Work task » Pull out every line below that holds the word "along".

Stored data entries
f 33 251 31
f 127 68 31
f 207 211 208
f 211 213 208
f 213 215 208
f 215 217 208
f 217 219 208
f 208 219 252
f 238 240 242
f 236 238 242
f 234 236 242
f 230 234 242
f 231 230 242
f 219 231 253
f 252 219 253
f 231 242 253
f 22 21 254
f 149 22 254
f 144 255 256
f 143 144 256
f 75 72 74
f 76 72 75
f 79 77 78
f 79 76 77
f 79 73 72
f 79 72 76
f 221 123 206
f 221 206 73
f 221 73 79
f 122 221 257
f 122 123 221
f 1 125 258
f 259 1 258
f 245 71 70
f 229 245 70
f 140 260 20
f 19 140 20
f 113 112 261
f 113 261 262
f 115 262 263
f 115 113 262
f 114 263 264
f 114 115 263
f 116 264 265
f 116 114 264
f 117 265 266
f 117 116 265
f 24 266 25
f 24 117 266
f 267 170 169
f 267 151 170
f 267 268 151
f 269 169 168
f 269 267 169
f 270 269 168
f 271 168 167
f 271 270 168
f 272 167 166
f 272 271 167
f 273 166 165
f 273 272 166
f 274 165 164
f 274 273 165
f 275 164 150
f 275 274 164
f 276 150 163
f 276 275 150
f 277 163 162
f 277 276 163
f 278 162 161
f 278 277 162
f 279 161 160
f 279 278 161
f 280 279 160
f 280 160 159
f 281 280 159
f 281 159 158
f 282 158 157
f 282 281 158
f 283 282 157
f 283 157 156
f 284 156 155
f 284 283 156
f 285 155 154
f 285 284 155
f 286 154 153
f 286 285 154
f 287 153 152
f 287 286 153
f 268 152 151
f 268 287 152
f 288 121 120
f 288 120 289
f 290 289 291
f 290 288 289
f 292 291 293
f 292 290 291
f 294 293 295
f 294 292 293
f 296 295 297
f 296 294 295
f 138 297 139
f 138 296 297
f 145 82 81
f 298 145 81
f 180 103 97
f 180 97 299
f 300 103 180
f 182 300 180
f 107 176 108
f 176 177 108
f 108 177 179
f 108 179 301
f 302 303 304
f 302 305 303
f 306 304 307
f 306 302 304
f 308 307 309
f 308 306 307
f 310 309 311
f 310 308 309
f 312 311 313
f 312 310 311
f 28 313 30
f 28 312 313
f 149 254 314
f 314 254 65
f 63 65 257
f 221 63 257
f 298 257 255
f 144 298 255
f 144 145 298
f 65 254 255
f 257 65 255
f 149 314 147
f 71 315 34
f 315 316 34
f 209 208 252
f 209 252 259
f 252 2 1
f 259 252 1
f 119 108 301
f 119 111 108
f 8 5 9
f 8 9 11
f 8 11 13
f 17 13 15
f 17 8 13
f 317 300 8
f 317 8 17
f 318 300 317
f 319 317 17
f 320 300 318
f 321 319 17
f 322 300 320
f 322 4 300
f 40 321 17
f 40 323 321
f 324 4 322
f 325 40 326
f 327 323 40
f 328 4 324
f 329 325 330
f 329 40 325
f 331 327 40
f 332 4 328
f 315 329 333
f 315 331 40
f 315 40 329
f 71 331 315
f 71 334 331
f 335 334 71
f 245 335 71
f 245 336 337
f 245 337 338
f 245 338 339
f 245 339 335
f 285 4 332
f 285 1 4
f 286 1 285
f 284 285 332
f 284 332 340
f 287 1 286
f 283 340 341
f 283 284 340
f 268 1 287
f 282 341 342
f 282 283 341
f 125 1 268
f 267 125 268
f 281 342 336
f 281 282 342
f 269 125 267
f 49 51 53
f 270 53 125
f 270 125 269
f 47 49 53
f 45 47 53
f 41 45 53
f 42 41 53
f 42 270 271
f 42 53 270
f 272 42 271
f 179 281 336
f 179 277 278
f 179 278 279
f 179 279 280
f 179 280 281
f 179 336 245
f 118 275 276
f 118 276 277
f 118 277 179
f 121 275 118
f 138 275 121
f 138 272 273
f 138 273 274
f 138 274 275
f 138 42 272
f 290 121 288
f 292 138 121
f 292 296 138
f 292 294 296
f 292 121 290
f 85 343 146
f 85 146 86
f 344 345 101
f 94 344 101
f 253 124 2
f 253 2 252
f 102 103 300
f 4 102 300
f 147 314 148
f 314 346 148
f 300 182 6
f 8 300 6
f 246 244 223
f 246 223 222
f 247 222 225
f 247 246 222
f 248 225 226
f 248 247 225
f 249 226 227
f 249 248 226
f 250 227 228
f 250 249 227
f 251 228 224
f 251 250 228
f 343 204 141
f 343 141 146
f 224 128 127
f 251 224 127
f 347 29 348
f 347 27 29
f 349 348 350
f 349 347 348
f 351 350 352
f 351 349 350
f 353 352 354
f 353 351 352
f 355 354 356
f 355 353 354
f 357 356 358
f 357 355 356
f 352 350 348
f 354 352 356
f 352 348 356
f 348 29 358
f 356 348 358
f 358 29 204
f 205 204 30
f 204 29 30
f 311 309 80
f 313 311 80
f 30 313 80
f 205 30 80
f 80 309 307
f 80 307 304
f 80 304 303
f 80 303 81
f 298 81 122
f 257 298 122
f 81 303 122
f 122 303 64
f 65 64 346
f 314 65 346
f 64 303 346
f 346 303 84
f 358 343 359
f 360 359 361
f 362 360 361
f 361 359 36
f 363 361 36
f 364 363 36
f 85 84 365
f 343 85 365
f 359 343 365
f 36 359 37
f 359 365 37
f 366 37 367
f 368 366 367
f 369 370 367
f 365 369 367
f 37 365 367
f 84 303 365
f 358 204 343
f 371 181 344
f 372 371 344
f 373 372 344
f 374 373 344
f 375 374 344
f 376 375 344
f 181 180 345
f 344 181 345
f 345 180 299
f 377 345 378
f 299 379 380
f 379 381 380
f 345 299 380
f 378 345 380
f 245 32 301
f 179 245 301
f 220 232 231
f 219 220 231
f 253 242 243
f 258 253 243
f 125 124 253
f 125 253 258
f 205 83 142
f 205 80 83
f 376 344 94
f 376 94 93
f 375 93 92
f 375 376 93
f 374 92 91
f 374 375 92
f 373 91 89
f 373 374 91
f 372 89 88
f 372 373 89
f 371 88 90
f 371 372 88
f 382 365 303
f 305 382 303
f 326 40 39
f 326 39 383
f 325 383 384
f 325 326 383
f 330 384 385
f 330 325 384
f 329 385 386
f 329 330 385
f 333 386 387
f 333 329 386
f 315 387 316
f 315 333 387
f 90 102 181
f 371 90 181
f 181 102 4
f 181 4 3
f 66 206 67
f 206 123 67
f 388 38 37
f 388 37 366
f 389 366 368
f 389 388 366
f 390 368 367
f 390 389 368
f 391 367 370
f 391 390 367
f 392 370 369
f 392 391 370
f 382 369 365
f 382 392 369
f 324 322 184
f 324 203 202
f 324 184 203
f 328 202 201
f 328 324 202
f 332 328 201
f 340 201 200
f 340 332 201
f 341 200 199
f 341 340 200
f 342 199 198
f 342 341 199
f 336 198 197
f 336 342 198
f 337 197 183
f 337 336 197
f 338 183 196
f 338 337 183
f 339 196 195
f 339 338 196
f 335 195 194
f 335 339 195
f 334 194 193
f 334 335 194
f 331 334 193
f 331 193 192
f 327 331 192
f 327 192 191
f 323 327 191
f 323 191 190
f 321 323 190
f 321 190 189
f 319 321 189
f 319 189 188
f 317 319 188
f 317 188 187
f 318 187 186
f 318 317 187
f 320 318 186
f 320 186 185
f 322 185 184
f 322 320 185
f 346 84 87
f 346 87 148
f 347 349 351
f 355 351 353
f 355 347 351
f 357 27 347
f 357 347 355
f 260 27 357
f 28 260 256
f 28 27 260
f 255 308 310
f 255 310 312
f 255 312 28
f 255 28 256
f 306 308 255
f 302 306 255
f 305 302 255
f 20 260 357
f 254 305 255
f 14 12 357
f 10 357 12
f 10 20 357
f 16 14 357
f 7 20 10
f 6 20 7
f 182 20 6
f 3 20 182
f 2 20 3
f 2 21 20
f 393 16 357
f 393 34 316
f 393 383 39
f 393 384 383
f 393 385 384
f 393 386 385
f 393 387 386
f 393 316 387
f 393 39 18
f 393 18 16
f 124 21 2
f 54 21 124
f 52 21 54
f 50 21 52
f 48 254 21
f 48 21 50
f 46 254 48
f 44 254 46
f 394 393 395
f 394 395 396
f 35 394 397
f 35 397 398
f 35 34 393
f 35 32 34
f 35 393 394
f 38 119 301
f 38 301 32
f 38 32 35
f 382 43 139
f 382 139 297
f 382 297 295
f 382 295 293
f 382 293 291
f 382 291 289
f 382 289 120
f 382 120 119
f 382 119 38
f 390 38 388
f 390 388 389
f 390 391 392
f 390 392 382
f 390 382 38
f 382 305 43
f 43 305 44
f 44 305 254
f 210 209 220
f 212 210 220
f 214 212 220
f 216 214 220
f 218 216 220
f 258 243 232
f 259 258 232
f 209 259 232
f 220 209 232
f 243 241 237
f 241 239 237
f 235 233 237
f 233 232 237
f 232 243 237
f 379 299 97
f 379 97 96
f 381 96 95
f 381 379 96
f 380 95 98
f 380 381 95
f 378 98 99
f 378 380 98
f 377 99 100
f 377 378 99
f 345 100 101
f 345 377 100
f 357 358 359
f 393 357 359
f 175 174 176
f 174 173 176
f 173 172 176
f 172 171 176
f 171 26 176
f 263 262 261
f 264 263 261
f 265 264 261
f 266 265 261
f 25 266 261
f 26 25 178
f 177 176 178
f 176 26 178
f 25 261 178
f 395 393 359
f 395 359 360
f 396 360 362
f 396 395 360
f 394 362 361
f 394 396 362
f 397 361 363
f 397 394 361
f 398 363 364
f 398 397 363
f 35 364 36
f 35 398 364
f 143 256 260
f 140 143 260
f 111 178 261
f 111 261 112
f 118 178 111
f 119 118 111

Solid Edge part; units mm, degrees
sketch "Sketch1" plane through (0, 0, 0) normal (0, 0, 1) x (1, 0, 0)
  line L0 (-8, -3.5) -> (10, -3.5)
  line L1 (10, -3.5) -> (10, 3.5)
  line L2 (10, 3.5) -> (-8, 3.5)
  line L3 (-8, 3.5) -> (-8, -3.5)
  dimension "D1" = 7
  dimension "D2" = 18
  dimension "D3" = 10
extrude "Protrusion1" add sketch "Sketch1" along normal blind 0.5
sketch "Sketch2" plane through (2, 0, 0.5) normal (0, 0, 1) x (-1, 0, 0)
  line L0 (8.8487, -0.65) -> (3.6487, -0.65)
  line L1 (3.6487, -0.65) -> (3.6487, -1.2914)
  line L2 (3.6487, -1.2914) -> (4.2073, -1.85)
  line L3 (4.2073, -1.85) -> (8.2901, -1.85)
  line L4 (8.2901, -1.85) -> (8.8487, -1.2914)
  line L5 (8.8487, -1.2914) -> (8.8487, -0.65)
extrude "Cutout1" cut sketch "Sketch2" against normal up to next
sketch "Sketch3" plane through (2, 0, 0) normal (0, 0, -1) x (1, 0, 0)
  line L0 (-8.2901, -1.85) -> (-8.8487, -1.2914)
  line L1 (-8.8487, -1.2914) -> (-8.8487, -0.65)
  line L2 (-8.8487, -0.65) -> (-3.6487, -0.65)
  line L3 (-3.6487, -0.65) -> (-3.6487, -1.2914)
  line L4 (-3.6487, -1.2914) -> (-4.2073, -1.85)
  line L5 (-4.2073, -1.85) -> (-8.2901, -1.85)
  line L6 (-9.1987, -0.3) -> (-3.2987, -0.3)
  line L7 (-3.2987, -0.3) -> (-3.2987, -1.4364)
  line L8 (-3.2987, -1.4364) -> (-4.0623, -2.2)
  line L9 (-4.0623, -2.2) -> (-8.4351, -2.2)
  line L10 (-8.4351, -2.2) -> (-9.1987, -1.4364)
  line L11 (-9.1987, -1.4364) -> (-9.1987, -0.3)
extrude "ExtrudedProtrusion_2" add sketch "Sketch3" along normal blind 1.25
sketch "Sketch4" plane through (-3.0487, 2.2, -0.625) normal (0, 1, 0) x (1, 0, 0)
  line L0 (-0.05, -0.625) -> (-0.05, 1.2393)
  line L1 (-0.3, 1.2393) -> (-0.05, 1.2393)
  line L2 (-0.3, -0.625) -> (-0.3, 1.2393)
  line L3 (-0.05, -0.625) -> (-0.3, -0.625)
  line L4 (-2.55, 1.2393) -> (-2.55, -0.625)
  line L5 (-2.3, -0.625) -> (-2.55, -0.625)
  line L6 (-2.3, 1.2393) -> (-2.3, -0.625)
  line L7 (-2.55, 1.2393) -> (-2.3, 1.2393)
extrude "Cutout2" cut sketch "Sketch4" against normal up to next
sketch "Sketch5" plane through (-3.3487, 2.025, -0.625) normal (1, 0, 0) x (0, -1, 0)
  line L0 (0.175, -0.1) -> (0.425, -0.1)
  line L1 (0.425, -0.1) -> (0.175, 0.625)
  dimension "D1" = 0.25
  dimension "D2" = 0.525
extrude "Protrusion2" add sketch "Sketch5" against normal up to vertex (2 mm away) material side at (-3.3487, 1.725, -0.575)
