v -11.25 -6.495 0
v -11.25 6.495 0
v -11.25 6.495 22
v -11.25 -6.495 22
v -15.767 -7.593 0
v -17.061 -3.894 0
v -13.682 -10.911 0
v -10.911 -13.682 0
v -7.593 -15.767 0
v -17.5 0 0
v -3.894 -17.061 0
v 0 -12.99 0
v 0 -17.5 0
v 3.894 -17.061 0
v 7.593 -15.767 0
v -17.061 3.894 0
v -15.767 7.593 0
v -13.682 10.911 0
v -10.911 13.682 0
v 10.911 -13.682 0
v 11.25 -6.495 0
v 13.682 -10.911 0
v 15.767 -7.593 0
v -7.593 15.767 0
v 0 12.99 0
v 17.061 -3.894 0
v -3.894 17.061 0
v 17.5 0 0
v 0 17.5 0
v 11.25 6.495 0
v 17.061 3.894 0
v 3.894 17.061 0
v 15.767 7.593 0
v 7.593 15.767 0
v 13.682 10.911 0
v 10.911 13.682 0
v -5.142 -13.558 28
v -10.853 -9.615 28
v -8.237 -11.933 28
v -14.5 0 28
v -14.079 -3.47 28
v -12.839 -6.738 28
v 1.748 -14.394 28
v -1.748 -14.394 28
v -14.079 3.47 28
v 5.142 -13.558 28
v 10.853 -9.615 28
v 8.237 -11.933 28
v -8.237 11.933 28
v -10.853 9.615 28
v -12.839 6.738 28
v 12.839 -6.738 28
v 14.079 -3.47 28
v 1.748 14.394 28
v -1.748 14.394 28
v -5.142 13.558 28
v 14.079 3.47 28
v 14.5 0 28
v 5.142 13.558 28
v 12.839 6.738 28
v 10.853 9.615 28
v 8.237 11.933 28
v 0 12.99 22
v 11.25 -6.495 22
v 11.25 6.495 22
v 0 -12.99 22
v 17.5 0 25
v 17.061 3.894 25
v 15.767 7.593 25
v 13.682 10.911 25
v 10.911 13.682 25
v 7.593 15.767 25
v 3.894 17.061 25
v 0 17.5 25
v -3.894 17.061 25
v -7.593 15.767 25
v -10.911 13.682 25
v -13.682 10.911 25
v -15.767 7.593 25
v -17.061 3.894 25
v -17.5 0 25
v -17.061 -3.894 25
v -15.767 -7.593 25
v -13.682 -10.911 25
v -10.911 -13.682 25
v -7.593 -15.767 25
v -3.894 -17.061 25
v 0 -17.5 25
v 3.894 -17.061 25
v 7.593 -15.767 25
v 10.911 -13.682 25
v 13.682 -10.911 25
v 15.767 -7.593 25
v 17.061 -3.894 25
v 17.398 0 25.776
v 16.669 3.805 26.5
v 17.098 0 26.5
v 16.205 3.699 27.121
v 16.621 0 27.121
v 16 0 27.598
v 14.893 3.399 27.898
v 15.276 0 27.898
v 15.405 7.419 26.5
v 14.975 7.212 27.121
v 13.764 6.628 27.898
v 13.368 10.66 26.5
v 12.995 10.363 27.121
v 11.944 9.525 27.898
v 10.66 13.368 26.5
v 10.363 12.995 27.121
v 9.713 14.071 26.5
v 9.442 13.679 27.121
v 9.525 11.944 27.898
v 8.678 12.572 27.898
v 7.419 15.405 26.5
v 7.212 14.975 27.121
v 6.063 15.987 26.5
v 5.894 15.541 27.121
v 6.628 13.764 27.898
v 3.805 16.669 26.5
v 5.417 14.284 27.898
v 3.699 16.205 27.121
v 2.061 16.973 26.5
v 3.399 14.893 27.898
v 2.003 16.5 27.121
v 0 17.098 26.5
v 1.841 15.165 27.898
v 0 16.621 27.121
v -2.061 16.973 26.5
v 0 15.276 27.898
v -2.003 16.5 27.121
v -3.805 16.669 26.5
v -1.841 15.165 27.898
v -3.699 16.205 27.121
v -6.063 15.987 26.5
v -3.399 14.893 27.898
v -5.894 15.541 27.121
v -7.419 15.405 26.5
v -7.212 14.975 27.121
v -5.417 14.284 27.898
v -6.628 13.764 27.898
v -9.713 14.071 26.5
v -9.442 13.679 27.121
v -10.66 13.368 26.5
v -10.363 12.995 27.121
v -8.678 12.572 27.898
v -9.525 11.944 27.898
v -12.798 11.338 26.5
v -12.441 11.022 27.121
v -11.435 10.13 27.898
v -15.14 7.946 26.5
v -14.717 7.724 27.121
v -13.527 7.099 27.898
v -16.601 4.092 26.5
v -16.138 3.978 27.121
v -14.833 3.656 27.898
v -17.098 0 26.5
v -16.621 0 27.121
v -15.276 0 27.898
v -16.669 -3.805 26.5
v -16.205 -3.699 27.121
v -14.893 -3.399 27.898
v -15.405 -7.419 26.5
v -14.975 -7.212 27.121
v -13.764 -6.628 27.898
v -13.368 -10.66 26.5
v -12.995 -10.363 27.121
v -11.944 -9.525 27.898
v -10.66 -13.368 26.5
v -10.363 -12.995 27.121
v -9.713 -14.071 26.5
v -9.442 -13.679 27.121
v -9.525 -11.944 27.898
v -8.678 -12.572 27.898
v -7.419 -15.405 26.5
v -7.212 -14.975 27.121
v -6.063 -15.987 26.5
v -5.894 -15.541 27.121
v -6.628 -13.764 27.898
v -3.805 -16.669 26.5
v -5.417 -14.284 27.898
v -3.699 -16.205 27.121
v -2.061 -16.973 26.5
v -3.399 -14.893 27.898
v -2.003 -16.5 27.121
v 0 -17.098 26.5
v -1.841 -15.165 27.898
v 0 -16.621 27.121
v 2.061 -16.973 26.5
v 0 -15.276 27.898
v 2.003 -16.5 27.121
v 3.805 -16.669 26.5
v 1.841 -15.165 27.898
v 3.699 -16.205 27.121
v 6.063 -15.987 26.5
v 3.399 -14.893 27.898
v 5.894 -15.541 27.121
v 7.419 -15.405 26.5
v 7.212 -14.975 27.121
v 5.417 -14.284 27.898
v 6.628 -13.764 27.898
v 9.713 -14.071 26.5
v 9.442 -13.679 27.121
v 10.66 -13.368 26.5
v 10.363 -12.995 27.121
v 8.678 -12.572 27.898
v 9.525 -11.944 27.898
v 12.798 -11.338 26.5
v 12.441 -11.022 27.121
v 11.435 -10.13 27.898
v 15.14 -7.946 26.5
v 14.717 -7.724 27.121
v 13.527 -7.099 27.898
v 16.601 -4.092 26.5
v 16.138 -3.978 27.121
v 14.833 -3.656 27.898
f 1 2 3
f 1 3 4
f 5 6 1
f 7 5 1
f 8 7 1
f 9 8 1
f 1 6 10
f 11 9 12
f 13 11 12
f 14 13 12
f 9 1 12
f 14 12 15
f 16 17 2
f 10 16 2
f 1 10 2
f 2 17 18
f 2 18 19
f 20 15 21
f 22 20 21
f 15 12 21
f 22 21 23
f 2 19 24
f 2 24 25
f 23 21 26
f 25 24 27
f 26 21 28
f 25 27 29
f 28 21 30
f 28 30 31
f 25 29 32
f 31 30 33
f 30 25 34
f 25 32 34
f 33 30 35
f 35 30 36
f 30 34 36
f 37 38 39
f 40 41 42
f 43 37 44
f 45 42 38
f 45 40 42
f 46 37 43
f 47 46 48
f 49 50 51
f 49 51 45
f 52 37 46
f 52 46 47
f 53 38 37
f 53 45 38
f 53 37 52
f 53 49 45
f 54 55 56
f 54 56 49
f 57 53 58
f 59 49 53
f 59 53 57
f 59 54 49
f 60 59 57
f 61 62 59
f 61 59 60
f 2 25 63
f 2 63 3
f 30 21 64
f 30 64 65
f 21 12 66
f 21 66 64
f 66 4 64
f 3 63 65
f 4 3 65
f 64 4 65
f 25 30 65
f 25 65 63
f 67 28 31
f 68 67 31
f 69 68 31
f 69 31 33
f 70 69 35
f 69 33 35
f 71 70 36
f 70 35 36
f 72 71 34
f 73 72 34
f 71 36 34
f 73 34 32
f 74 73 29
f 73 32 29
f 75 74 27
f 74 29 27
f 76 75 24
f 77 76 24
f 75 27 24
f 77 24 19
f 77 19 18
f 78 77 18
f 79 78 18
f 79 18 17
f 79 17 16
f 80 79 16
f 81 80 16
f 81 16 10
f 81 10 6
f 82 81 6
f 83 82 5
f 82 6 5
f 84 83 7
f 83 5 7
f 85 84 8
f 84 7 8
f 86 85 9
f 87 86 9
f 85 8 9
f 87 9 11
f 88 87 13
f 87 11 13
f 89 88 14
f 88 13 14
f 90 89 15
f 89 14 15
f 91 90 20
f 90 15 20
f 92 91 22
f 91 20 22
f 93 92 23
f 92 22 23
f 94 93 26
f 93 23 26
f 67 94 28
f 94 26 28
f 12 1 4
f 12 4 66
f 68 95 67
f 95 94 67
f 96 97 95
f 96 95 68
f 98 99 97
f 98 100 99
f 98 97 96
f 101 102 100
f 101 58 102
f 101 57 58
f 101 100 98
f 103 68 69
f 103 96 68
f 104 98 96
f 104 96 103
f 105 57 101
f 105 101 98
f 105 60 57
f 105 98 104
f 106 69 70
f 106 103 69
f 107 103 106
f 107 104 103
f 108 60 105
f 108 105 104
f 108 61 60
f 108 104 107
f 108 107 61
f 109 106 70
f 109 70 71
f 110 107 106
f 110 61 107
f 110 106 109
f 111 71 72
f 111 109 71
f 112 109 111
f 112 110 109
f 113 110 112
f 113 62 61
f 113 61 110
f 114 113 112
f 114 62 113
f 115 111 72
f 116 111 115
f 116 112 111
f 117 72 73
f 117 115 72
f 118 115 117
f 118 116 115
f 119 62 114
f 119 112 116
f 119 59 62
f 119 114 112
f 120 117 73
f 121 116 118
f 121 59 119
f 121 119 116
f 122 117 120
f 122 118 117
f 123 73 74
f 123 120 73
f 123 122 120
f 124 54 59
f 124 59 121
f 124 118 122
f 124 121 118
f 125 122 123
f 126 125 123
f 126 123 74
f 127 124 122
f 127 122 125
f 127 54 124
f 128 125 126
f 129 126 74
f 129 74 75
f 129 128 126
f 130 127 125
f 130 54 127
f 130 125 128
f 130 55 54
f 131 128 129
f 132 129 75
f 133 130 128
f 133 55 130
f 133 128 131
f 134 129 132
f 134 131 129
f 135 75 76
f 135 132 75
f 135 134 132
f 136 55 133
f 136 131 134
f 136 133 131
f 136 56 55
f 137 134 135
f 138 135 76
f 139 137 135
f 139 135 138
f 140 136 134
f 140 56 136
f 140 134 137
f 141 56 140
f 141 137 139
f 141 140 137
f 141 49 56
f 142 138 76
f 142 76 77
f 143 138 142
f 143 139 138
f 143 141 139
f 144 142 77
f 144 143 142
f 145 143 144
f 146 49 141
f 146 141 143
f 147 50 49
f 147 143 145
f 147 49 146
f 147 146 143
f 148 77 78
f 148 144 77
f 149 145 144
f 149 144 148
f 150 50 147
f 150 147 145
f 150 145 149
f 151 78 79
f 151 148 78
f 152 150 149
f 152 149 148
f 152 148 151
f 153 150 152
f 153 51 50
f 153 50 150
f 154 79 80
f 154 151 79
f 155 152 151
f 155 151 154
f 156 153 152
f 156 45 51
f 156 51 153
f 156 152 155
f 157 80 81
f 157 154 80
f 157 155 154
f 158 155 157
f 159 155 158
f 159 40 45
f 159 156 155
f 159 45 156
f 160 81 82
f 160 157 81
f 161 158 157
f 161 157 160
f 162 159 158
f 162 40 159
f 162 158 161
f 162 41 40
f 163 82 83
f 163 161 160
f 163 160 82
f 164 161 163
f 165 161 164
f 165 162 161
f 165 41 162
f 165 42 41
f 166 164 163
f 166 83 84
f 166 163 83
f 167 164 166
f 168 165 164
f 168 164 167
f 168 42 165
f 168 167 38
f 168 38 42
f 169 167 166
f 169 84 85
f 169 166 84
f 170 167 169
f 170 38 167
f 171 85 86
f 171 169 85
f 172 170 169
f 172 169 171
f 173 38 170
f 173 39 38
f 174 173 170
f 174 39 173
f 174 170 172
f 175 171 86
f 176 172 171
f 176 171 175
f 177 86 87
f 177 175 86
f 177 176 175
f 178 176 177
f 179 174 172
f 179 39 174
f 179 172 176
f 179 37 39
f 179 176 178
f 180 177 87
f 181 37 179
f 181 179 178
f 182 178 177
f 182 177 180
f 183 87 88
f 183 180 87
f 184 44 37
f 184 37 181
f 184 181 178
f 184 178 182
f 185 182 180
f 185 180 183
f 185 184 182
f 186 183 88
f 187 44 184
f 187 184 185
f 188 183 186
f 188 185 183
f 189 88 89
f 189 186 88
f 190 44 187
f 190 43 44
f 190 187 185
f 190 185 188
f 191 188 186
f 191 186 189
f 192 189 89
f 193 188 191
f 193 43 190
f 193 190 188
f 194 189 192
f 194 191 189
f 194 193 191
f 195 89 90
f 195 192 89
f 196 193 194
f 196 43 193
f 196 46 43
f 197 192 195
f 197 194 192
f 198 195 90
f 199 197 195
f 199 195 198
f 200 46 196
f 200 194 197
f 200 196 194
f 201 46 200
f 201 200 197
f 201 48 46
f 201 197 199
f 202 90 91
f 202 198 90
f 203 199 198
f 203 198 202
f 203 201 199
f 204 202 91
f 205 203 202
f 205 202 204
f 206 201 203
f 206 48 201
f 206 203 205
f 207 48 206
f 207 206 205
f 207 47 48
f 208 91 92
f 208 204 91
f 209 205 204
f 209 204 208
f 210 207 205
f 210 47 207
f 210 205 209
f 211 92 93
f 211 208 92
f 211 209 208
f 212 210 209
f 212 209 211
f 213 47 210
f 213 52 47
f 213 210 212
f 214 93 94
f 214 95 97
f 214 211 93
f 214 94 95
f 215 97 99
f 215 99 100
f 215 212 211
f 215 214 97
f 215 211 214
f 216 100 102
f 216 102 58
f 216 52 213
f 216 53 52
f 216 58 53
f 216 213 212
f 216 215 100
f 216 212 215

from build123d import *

# Parameters (mm, degrees)
F0_R     = 17.5
F1_DEPTH = 28
F2_DEPTH = 22
F3_R     = 3


with BuildPart() as f1:
    # F0 (on Top) → F1 (new body)
    with BuildSketch(Plane.XY):
        Circle(F0_R)
        Polygon((-11.25, 6.4951905284), (0, 12.9903810568), (11.25, 6.4951905284), (11.25, -6.4951905284), (0, -12.9903810568), (-11.25, -6.4951905284), align=None, mode=Mode.SUBTRACT)
        Polygon((11.25, 6.4951905284), (0, 12.9903810568), (-11.25, 6.4951905284), (-11.25, -6.4951905284), (0, -12.9903810568), (11.25, -6.4951905284), align=None)
    extrude(amount=F1_DEPTH)

    # F0 (on Top) → F2 (cut)
    with BuildSketch(Plane.XY):
        Polygon((11.25, 6.4951905284), (0, 12.9903810568), (-11.25, 6.4951905284), (-11.25, -6.4951905284), (0, -12.9903810568), (11.25, -6.4951905284), align=None)
    extrude(amount=F2_DEPTH, mode=Mode.SUBTRACT)

    # F3
    f3_edges = [f1.edges().sort_by_distance(p)[0] for p in [
        (-17.5, 0, 28),
    ]]
    fillet(f3_edges, radius=F3_R)


solid = f1.part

Answer to this task »
extrude "Protrusion1" add sketch "Sketch1" along normal blind 0.5
extrude "ExtrudedProtrusion_2" add sketch "Sketch3" along normal blind 1.25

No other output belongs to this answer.